▸ SOURCE INFORMATION
* * *

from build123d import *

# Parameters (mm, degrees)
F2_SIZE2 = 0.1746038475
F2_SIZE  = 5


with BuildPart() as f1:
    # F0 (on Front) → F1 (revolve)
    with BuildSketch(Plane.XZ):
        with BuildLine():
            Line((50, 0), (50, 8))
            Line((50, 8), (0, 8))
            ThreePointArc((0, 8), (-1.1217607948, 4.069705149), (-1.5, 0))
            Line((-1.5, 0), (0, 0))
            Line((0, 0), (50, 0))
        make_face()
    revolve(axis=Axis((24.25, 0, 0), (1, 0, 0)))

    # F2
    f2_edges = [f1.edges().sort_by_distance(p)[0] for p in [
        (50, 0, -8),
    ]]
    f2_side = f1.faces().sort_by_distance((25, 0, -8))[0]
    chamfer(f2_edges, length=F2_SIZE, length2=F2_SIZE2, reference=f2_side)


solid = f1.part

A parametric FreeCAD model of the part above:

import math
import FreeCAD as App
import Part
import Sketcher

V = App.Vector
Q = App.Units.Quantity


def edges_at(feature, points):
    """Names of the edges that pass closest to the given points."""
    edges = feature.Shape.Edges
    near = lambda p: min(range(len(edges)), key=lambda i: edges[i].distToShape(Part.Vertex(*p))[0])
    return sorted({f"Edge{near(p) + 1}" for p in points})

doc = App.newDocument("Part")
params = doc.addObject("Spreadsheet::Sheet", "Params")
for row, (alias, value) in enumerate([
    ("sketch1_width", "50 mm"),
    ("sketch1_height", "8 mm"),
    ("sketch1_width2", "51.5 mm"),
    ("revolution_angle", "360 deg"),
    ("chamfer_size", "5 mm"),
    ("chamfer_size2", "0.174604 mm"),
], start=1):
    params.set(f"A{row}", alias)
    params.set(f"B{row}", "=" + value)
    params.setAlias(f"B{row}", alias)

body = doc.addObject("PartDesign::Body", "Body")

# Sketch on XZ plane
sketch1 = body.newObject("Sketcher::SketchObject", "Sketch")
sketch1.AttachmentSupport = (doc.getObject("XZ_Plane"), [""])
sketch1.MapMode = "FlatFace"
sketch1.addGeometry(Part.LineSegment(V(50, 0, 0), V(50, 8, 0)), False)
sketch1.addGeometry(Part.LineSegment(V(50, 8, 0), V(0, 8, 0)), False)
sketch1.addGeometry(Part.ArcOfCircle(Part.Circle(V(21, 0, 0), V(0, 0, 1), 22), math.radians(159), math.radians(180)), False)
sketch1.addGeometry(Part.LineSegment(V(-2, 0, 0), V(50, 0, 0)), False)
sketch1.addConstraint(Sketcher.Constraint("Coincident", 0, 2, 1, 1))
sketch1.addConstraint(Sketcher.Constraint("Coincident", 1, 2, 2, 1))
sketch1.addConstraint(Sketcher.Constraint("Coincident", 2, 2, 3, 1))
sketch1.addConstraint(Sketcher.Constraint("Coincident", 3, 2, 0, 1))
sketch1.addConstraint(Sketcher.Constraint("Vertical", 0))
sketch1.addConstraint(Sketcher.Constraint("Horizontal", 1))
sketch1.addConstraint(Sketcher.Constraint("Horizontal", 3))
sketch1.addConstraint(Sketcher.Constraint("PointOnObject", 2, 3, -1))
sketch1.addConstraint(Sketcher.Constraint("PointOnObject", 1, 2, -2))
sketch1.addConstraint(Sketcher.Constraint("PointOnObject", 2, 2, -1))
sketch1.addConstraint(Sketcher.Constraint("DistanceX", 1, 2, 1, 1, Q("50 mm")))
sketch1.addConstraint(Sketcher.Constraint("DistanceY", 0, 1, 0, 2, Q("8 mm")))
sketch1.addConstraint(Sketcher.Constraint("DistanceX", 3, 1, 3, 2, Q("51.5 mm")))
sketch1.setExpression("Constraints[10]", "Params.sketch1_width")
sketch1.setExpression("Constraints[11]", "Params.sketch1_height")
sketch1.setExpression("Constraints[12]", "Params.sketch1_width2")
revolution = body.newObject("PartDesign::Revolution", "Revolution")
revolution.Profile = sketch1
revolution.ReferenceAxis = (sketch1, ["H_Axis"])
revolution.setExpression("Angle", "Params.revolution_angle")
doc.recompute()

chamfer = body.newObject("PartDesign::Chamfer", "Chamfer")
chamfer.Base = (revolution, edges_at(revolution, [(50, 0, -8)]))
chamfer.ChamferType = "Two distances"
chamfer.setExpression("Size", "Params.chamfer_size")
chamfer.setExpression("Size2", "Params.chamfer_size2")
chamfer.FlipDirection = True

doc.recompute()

* * *

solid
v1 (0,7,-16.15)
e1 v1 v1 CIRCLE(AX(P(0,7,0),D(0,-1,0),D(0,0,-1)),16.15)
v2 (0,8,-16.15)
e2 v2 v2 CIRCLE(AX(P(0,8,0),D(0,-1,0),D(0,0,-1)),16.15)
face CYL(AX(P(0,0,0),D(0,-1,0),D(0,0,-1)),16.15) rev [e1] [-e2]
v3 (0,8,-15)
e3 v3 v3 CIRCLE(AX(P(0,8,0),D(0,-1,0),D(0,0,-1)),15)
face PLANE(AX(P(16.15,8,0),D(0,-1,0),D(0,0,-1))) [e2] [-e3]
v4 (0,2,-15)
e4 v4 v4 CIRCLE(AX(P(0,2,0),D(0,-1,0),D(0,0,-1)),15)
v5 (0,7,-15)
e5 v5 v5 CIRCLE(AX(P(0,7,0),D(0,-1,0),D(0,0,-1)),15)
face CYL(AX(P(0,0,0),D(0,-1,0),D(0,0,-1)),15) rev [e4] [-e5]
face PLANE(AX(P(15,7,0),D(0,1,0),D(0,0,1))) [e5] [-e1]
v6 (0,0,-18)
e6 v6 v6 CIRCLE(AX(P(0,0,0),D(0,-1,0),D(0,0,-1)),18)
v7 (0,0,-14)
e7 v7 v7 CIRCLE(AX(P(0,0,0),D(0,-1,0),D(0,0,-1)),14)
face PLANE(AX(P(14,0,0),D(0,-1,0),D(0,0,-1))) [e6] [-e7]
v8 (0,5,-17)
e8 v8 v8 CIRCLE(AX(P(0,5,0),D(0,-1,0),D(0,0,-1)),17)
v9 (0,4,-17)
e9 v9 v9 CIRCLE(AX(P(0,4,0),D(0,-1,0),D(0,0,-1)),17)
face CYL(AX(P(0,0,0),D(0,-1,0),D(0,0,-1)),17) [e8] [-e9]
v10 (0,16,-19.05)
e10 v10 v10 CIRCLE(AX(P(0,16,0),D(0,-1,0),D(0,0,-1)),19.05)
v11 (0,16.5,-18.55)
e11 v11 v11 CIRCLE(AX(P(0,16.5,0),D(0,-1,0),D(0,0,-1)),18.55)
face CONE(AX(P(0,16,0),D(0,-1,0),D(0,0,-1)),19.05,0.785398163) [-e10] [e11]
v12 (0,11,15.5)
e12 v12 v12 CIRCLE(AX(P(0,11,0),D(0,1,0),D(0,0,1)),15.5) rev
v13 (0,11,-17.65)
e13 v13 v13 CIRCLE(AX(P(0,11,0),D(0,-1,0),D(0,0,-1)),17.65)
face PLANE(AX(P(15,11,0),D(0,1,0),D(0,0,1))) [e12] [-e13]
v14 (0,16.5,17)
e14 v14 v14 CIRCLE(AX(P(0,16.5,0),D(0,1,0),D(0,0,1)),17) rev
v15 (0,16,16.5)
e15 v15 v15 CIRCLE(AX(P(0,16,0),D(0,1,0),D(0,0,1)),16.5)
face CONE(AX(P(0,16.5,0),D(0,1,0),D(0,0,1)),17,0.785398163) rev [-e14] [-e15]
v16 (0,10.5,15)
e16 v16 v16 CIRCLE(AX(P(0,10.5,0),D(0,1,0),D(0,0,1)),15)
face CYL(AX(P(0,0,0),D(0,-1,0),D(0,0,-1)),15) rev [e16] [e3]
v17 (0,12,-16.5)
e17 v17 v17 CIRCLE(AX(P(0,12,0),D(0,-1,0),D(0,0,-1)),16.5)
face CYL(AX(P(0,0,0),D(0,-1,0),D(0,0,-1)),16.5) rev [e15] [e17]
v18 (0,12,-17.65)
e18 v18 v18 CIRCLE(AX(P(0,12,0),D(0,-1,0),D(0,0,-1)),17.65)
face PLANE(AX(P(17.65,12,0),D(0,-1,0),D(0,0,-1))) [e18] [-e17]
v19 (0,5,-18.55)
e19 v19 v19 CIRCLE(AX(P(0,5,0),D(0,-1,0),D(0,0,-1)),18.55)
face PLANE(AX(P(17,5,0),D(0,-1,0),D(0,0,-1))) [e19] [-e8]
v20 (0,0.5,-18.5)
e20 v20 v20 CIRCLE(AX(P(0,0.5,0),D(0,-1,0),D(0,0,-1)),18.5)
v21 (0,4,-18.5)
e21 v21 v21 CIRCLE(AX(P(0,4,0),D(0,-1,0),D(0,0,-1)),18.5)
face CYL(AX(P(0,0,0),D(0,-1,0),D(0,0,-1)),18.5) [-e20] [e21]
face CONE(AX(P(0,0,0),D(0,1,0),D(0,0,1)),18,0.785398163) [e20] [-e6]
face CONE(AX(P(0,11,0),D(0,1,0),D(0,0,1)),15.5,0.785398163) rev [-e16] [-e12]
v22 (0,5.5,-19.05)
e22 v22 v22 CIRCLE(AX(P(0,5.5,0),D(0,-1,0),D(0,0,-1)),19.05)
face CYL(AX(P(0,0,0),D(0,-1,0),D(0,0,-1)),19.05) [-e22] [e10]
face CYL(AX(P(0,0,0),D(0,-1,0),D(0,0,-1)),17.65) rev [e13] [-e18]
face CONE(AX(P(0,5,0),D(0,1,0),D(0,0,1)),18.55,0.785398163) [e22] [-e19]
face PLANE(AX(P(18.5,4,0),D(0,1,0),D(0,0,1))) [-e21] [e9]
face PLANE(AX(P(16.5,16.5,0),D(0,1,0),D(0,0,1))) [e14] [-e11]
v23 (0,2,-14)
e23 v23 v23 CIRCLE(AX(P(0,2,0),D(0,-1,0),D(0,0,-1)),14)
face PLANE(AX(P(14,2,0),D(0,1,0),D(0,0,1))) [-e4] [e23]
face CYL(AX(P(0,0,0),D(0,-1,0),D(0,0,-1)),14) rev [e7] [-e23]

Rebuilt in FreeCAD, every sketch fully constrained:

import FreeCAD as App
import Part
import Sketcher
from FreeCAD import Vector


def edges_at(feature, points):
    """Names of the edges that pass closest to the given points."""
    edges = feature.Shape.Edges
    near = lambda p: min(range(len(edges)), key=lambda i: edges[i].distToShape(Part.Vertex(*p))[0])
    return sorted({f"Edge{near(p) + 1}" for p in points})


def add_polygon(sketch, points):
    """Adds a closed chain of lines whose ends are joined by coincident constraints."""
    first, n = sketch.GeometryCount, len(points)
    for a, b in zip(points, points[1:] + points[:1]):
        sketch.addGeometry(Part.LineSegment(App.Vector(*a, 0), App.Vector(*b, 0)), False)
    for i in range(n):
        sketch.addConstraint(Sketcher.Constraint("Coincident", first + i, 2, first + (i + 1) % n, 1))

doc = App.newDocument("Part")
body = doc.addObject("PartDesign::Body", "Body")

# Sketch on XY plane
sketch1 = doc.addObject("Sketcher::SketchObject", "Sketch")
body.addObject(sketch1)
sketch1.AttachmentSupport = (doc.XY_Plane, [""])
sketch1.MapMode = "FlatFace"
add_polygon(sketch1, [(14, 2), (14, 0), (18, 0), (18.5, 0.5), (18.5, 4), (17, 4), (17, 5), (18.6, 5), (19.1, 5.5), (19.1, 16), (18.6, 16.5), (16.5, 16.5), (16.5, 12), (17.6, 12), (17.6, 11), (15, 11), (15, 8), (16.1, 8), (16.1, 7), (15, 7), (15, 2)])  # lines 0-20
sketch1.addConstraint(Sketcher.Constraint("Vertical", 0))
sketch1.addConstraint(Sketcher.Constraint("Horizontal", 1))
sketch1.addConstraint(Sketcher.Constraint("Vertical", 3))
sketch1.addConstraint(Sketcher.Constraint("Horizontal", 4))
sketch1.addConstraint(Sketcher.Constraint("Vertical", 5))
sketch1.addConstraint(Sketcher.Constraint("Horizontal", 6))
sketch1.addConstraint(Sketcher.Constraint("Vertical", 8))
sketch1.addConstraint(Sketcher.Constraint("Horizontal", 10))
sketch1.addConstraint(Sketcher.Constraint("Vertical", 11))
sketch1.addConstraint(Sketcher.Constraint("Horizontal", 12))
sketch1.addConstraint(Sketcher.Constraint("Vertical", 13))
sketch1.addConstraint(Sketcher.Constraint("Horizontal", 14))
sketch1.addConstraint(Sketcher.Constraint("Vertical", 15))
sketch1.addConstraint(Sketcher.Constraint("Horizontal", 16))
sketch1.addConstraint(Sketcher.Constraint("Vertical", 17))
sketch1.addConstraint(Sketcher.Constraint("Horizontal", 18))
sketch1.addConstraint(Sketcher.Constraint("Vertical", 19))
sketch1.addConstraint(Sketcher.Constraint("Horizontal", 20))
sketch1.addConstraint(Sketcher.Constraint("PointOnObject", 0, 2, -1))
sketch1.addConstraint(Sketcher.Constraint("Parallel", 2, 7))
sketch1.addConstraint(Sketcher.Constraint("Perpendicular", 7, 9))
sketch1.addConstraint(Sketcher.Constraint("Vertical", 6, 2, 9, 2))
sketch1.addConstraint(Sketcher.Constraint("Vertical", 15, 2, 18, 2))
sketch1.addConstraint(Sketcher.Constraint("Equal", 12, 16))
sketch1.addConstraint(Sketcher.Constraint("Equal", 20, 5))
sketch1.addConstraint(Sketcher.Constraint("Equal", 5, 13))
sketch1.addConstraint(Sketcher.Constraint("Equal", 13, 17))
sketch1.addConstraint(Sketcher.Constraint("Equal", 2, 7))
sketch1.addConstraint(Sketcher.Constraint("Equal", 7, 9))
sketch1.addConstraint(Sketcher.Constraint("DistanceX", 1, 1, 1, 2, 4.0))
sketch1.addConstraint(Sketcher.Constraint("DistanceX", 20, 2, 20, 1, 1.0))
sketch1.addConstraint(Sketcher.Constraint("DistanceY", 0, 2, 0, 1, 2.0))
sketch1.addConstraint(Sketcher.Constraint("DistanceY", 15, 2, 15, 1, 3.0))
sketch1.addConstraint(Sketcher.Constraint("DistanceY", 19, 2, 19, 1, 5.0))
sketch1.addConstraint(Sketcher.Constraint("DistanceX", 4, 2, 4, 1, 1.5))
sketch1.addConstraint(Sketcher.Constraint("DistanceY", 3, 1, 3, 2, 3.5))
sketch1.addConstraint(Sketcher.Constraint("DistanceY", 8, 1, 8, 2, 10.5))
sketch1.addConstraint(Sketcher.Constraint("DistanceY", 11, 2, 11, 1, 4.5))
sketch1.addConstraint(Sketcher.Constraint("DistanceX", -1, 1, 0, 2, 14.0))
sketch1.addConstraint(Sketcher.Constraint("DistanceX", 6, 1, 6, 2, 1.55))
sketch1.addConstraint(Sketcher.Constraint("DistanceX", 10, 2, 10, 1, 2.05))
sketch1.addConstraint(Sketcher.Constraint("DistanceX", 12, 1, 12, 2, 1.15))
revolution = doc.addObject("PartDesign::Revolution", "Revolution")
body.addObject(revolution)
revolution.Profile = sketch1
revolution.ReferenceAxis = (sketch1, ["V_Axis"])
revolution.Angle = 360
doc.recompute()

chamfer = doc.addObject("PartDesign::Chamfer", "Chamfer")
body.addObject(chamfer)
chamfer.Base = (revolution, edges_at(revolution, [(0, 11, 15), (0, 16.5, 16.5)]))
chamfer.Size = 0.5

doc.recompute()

* * *

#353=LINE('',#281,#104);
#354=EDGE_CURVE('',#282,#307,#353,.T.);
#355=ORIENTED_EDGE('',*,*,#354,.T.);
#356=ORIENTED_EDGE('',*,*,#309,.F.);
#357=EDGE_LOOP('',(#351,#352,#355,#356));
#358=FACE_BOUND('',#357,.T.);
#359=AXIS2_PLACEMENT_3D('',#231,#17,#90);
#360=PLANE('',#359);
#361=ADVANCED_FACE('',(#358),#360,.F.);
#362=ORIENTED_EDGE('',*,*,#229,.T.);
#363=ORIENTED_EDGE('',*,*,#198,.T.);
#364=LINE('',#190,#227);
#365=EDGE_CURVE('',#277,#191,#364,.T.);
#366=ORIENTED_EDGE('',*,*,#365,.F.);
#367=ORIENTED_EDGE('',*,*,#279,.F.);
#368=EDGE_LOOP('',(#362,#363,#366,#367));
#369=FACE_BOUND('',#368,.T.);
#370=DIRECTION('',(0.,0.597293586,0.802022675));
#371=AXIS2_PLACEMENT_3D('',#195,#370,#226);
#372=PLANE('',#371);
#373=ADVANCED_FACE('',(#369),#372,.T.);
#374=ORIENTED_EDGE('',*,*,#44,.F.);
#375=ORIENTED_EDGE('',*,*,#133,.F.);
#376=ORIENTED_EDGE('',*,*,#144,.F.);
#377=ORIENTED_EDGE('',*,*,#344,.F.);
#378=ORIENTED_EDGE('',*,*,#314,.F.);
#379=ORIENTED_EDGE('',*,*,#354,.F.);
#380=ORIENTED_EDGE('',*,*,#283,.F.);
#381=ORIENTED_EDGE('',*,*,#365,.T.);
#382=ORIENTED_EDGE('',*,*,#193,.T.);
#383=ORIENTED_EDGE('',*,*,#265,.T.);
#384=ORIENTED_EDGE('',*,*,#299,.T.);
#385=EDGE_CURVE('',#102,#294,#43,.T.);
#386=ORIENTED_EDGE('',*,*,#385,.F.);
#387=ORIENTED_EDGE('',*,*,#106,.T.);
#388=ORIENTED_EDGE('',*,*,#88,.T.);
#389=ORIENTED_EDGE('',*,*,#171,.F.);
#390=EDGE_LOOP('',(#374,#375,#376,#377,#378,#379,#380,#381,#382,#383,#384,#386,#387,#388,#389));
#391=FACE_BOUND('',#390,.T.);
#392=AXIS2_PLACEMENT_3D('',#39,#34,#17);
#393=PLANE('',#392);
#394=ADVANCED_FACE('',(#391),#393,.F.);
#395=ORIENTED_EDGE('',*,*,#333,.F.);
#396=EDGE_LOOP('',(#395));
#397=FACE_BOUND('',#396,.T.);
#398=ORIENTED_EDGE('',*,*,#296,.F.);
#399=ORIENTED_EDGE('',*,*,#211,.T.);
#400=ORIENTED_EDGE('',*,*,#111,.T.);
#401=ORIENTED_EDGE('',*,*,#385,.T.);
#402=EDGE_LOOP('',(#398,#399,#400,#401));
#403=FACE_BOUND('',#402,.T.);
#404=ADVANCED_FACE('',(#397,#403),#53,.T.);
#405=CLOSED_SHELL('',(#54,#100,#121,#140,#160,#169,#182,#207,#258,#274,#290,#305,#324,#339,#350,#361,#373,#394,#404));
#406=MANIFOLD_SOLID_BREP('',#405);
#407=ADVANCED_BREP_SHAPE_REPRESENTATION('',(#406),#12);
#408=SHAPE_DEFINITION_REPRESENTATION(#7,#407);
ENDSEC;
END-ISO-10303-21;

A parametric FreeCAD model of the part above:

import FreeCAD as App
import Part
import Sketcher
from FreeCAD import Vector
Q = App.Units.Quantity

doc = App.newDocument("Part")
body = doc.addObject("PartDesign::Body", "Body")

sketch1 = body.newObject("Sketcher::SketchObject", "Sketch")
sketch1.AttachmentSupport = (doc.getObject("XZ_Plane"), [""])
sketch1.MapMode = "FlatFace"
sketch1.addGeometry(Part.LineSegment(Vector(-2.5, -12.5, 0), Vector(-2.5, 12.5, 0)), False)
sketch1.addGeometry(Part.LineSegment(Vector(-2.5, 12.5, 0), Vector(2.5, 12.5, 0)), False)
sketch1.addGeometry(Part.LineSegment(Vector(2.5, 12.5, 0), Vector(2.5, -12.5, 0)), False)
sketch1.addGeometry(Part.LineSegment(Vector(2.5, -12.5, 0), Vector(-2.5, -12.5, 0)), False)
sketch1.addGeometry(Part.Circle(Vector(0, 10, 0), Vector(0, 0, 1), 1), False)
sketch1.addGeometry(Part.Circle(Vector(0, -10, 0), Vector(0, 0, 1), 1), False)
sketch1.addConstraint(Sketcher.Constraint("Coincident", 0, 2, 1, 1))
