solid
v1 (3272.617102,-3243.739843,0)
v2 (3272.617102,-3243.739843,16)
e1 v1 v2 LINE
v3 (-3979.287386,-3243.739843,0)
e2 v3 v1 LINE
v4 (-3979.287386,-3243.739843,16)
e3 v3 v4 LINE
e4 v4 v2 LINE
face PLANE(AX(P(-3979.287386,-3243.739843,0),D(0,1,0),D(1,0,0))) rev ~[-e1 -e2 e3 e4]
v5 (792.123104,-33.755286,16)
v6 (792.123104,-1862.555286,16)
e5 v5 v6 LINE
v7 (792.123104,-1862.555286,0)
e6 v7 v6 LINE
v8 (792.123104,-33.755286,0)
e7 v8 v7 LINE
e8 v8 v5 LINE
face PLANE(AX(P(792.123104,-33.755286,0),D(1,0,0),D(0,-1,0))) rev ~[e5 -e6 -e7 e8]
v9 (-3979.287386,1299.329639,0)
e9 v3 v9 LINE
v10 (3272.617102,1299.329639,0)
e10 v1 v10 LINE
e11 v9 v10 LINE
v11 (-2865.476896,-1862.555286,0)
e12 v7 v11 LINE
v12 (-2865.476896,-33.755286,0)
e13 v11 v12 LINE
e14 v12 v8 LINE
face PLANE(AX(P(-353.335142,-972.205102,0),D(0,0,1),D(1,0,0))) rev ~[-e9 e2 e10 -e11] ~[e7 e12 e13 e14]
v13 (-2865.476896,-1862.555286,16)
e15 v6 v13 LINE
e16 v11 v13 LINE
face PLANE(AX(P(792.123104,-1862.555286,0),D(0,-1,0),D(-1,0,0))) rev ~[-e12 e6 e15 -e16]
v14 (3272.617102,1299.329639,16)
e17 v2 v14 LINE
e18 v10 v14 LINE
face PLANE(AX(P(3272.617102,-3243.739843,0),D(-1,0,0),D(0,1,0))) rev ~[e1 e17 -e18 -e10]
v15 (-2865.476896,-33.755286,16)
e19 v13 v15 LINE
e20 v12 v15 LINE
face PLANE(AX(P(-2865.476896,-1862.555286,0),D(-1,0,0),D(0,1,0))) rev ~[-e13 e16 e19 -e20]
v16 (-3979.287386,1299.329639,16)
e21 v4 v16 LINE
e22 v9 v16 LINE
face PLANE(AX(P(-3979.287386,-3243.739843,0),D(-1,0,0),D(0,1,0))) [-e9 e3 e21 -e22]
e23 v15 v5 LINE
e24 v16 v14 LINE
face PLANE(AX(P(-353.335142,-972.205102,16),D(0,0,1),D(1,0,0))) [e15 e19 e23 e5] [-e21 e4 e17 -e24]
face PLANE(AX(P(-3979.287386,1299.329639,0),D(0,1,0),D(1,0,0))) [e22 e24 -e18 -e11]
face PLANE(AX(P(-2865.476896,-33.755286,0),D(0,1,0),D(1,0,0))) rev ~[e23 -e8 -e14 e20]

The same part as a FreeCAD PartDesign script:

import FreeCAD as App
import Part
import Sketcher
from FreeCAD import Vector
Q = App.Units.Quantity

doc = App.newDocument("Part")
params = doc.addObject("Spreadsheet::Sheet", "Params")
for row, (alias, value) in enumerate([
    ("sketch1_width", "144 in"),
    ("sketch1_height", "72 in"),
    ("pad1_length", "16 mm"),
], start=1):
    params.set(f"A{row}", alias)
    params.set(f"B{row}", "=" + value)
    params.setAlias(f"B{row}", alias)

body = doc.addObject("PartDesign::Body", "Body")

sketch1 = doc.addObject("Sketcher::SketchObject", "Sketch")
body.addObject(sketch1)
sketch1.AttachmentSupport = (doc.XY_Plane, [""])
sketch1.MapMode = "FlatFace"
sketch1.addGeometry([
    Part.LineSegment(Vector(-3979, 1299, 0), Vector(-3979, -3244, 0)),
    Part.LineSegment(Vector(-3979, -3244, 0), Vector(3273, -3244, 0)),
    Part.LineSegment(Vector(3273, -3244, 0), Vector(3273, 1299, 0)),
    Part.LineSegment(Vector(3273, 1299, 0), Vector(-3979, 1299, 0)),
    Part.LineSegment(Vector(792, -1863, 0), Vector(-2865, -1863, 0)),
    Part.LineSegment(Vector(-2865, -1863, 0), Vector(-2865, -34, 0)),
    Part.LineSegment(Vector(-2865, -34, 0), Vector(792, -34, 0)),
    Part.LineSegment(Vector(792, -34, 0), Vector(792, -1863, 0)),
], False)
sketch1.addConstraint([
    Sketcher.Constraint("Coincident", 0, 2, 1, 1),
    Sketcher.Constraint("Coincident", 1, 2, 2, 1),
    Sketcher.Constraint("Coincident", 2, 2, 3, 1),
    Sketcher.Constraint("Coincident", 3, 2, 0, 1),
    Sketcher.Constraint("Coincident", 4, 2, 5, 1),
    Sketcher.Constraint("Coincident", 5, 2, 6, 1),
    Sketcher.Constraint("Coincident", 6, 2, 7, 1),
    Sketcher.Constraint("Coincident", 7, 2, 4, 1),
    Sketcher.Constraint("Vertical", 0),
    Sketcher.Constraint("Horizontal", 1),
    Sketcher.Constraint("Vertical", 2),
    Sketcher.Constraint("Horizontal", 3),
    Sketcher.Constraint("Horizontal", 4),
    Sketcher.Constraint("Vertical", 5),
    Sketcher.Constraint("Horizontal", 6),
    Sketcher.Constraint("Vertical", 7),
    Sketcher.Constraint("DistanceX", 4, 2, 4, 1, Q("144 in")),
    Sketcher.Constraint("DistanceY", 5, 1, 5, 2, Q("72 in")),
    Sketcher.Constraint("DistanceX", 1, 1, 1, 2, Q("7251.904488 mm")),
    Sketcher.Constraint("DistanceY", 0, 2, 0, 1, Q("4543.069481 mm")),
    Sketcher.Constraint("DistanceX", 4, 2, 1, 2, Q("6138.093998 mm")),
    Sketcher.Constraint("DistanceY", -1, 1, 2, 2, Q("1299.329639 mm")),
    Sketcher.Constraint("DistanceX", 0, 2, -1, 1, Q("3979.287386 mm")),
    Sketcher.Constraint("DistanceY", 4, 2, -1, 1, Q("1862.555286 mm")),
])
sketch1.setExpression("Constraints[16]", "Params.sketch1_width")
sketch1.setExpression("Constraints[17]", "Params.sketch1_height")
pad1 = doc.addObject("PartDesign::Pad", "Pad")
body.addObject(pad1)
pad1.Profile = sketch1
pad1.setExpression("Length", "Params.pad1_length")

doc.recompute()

* * *

▸ BRIEF
Output only an exact transcription of the lines above from the one with "v18 (0,12,-17.65)" up to and including the one with "face CYL(AX(P(0,0,0),D(0,-1,0),D(0,0,-1)),18.5) [-e20]".

▸ ANSWER FOR THE TASK
v18 (0,12,-17.65)
e18 v18 v18 CIRCLE(AX(P(0,12,0),D(0,-1,0),D(0,0,-1)),17.65)
face PLANE(AX(P(17.65,12,0),D(0,-1,0),D(0,0,-1))) [e18] [-e17]
v19 (0,5,-18.55)
e19 v19 v19 CIRCLE(AX(P(0,5,0),D(0,-1,0),D(0,0,-1)),18.55)
face PLANE(AX(P(17,5,0),D(0,-1,0),D(0,0,-1))) [e19] [-e8]
v20 (0,0.5,-18.5)
e20 v20 v20 CIRCLE(AX(P(0,0.5,0),D(0,-1,0),D(0,0,-1)),18.5)
v21 (0,4,-18.5)
e21 v21 v21 CIRCLE(AX(P(0,4,0),D(0,-1,0),D(0,0,-1)),18.5)
face CYL(AX(P(0,0,0),D(0,-1,0),D(0,0,-1)),18.5) [-e20] [e21]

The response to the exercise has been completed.